→ Task:
Look below for the line containing "F3_DEPTH = 54"; from there, print each line exactly up to and including the line containing "add(f1.part)", and stop.

(Supplied material Opens)

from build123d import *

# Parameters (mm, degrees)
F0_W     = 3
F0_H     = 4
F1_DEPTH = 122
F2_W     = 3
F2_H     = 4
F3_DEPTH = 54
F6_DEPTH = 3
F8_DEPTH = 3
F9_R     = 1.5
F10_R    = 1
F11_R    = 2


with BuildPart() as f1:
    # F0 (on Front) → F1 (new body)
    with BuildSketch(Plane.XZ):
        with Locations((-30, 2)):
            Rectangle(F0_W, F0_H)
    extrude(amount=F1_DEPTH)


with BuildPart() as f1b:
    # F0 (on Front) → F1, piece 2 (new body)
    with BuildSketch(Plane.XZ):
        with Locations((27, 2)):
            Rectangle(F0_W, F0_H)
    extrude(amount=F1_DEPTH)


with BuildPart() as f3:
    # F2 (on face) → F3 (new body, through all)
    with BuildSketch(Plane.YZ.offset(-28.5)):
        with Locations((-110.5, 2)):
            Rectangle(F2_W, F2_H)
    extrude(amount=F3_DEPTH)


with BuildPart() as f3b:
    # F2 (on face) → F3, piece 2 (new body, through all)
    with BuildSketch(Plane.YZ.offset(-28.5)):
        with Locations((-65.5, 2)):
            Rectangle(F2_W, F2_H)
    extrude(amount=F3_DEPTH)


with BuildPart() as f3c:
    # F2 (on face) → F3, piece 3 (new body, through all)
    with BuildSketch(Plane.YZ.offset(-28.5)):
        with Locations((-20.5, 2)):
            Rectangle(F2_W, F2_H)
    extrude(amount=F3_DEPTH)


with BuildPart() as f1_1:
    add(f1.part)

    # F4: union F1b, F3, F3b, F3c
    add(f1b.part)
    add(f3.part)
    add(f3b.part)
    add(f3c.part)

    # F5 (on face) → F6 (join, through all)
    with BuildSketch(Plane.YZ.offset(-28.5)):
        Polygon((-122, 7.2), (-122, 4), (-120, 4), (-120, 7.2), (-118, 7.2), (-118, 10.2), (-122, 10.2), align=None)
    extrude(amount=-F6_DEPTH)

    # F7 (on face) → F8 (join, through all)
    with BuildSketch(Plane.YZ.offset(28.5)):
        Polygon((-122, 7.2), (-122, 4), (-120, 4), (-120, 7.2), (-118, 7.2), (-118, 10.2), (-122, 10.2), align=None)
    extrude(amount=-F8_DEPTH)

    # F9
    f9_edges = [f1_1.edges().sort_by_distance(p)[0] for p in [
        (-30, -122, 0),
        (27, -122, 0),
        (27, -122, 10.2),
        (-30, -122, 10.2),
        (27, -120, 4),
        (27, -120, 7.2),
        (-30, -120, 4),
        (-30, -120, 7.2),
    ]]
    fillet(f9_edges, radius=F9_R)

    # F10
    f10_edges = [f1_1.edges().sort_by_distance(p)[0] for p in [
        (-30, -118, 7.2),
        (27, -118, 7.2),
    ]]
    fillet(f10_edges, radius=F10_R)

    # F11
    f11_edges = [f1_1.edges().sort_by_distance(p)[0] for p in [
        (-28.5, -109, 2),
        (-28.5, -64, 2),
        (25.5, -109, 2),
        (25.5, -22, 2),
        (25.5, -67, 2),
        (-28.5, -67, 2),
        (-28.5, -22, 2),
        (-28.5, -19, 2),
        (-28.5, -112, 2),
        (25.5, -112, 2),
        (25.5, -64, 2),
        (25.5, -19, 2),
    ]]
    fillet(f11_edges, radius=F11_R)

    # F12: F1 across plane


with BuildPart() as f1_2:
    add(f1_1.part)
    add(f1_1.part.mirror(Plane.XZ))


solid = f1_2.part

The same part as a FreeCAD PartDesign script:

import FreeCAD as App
import Part
import Sketcher

V = App.Vector


def edges_at(feature, points):
    """Names of the edges that pass closest to the given points."""
    edges = feature.Shape.Edges
    near = lambda p: min(range(len(edges)), key=lambda i: edges[i].distToShape(Part.Vertex(*p))[0])
    return sorted({f"Edge{near(p) + 1}" for p in points})

doc = App.newDocument("Part")
params = doc.addObject("Spreadsheet::Sheet", "Params")
for row, (alias, value) in enumerate([
    ("sketch1_width", "3 mm"),
    ("sketch1_height", "4 mm"),
    ("pad1_length", "122 mm"),
    ("sketch2_width", "3 mm"),
    ("sketch2_height", "4 mm"),
    ("pad2_length", "122 mm"),
    ("sketch3_width", "3 mm"),
    ("sketch3_height", "4 mm"),
    ("pad3_length", "54 mm"),
    ("sketch4_width", "3 mm"),
    ("sketch4_height", "4 mm"),
    ("pad4_length", "54 mm"),
    ("sketch5_width", "3 mm"),
    ("sketch5_height", "4 mm"),
    ("pad5_length", "54 mm"),
    ("sketch6_width", "2 mm"),
    ("sketch6_height", "3 mm"),
    ("sketch6_height2", "3.2 mm"),
    ("pad6_length", "3 mm"),
    ("sketch7_width", "2 mm"),
    ("sketch7_height", "3 mm"),
    ("sketch7_height2", "3.2 mm"),
    ("pad7_length", "3 mm"),
    ("fillet_radius", "1.5 mm"),
    ("fillet2_radius", "1 mm"),
    ("fillet3_radius", "2 mm"),
], start=1):
    params.set(f"A{row}", alias)
    params.set(f"B{row}", "=" + value)
    params.setAlias(f"B{row}", alias)

body = doc.addObject("PartDesign::Body", "Body")

# Sketch on XZ plane
sketch1 = doc.addObject("Sketcher::SketchObject", "Sketch")
body.addObject(sketch1)
sketch1.AttachmentSupport = (doc.XZ_Plane, [""])
sketch1.MapMode = "FlatFace"
sketch1.addGeometry([
    Part.LineSegment(V(-31.5, 4, 0), V(-31.5, 0, 0)),
    Part.LineSegment(V(-31.5, 0, 0), V(-28.5, 0, 0)),
    Part.LineSegment(V(-28.5, 0, 0), V(-28.5, 4, 0)),
    Part.LineSegment(V(-28.5, 4, 0), V(-31.5, 4, 0)),
], False)
sketch1.addConstraint([
    Sketcher.Constraint("Coincident", 0, 2, 1, 1),
    Sketcher.Constraint("Coincident", 1, 2, 2, 1),
    Sketcher.Constraint("Coincident", 2, 2, 3, 1),
    Sketcher.Constraint("Coincident", 3, 2, 0, 1),
    Sketcher.Constraint("Vertical", 0),
    Sketcher.Constraint("Horizontal", 1),
    Sketcher.Constraint("Vertical", 2),
    Sketcher.Constraint("Horizontal", 3),
    Sketcher.Constraint("PointOnObject", 0, 2, -1),
    Sketcher.Constraint("DistanceX", 1, 1, 1, 2, 3.0),
    Sketcher.Constraint("DistanceY", 0, 2, 0, 1, 4.0),
    Sketcher.Constraint("DistanceX", 0, 2, -1, 1, 31.5),
])
sketch1.setExpression("Constraints[9]", "Params.sketch1_width")
sketch1.setExpression("Constraints[10]", "Params.sketch1_height")
pad1 = doc.addObject("PartDesign::Pad", "Pad")
body.addObject(pad1)
pad1.Profile = sketch1
pad1.setExpression("Length", "Params.pad1_length")
body2 = doc.addObject("PartDesign::Body", "Body001")

# Sketch on XZ plane
sketch2 = doc.addObject("Sketcher::SketchObject", "Sketch001")
body2.addObject(sketch2)
sketch2.AttachmentSupport = (doc.getObject("XZ_Plane001"), [""])
sketch2.MapMode = "FlatFace"
sketch2.addGeometry([
    Part.LineSegment(V(25.5, 4, 0), V(25.5, 0, 0)),
    Part.LineSegment(V(25.5, 0, 0), V(28.5, 0, 0)),
    Part.LineSegment(V(28.5, 0, 0), V(28.5, 4, 0)),
    Part.LineSegment(V(28.5, 4, 0), V(25.5, 4, 0)),
], False)
sketch2.addConstraint([
    Sketcher.Constraint("Coincident", 0, 2, 1, 1),
    Sketcher.Constraint("Coincident", 1, 2, 2, 1),
    Sketcher.Constraint("Coincident", 2, 2, 3, 1),
    Sketcher.Constraint("Coincident", 3, 2, 0, 1),
    Sketcher.Constraint("Vertical", 0),
    Sketcher.Constraint("Horizontal", 1),
    Sketcher.Constraint("Vertical", 2),
    Sketcher.Constraint("Horizontal", 3),
    Sketcher.Constraint("PointOnObject", 0, 2, -1),
    Sketcher.Constraint("DistanceX", 1, 1, 1, 2, 3.0),
    Sketcher.Constraint("DistanceY", 0, 2, 0, 1, 4.0),
    Sketcher.Constraint("DistanceX", -1, 1, 0, 2, 25.5),
])
sketch2.setExpression("Constraints[9]", "Params.sketch2_width")
sketch2.setExpression("Constraints[10]", "Params.sketch2_height")
pad2 = doc.addObject("PartDesign::Pad", "Pad001")
body2.addObject(pad2)
pad2.Profile = sketch2
pad2.setExpression("Length", "Params.pad2_length")
body3 = doc.addObject("PartDesign::Body", "Body002")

(Supplied material Closes)

→ Completed exercise:
F3_DEPTH = 54
F6_DEPTH = 3
F8_DEPTH = 3
F9_R     = 1.5
F10_R    = 1
F11_R    = 2


with BuildPart() as f1:
    # F0 (on Front) → F1 (new body)
    with BuildSketch(Plane.XZ):
        with Locations((-30, 2)):
            Rectangle(F0_W, F0_H)
    extrude(amount=F1_DEPTH)


with BuildPart() as f1b:
    # F0 (on Front) → F1, piece 2 (new body)
    with BuildSketch(Plane.XZ):
        with Locations((27, 2)):
            Rectangle(F0_W, F0_H)
    extrude(amount=F1_DEPTH)


with BuildPart() as f3:
    # F2 (on face) → F3 (new body, through all)
    with BuildSketch(Plane.YZ.offset(-28.5)):
        with Locations((-110.5, 2)):
            Rectangle(F2_W, F2_H)
    extrude(amount=F3_DEPTH)


with BuildPart() as f3b:
    # F2 (on face) → F3, piece 2 (new body, through all)
    with BuildSketch(Plane.YZ.offset(-28.5)):
        with Locations((-65.5, 2)):
            Rectangle(F2_W, F2_H)
    extrude(amount=F3_DEPTH)


with BuildPart() as f3c:
    # F2 (on face) → F3, piece 3 (new body, through all)
    with BuildSketch(Plane.YZ.offset(-28.5)):
        with Locations((-20.5, 2)):
            Rectangle(F2_W, F2_H)
    extrude(amount=F3_DEPTH)


with BuildPart() as f1_1:
    add(f1.part)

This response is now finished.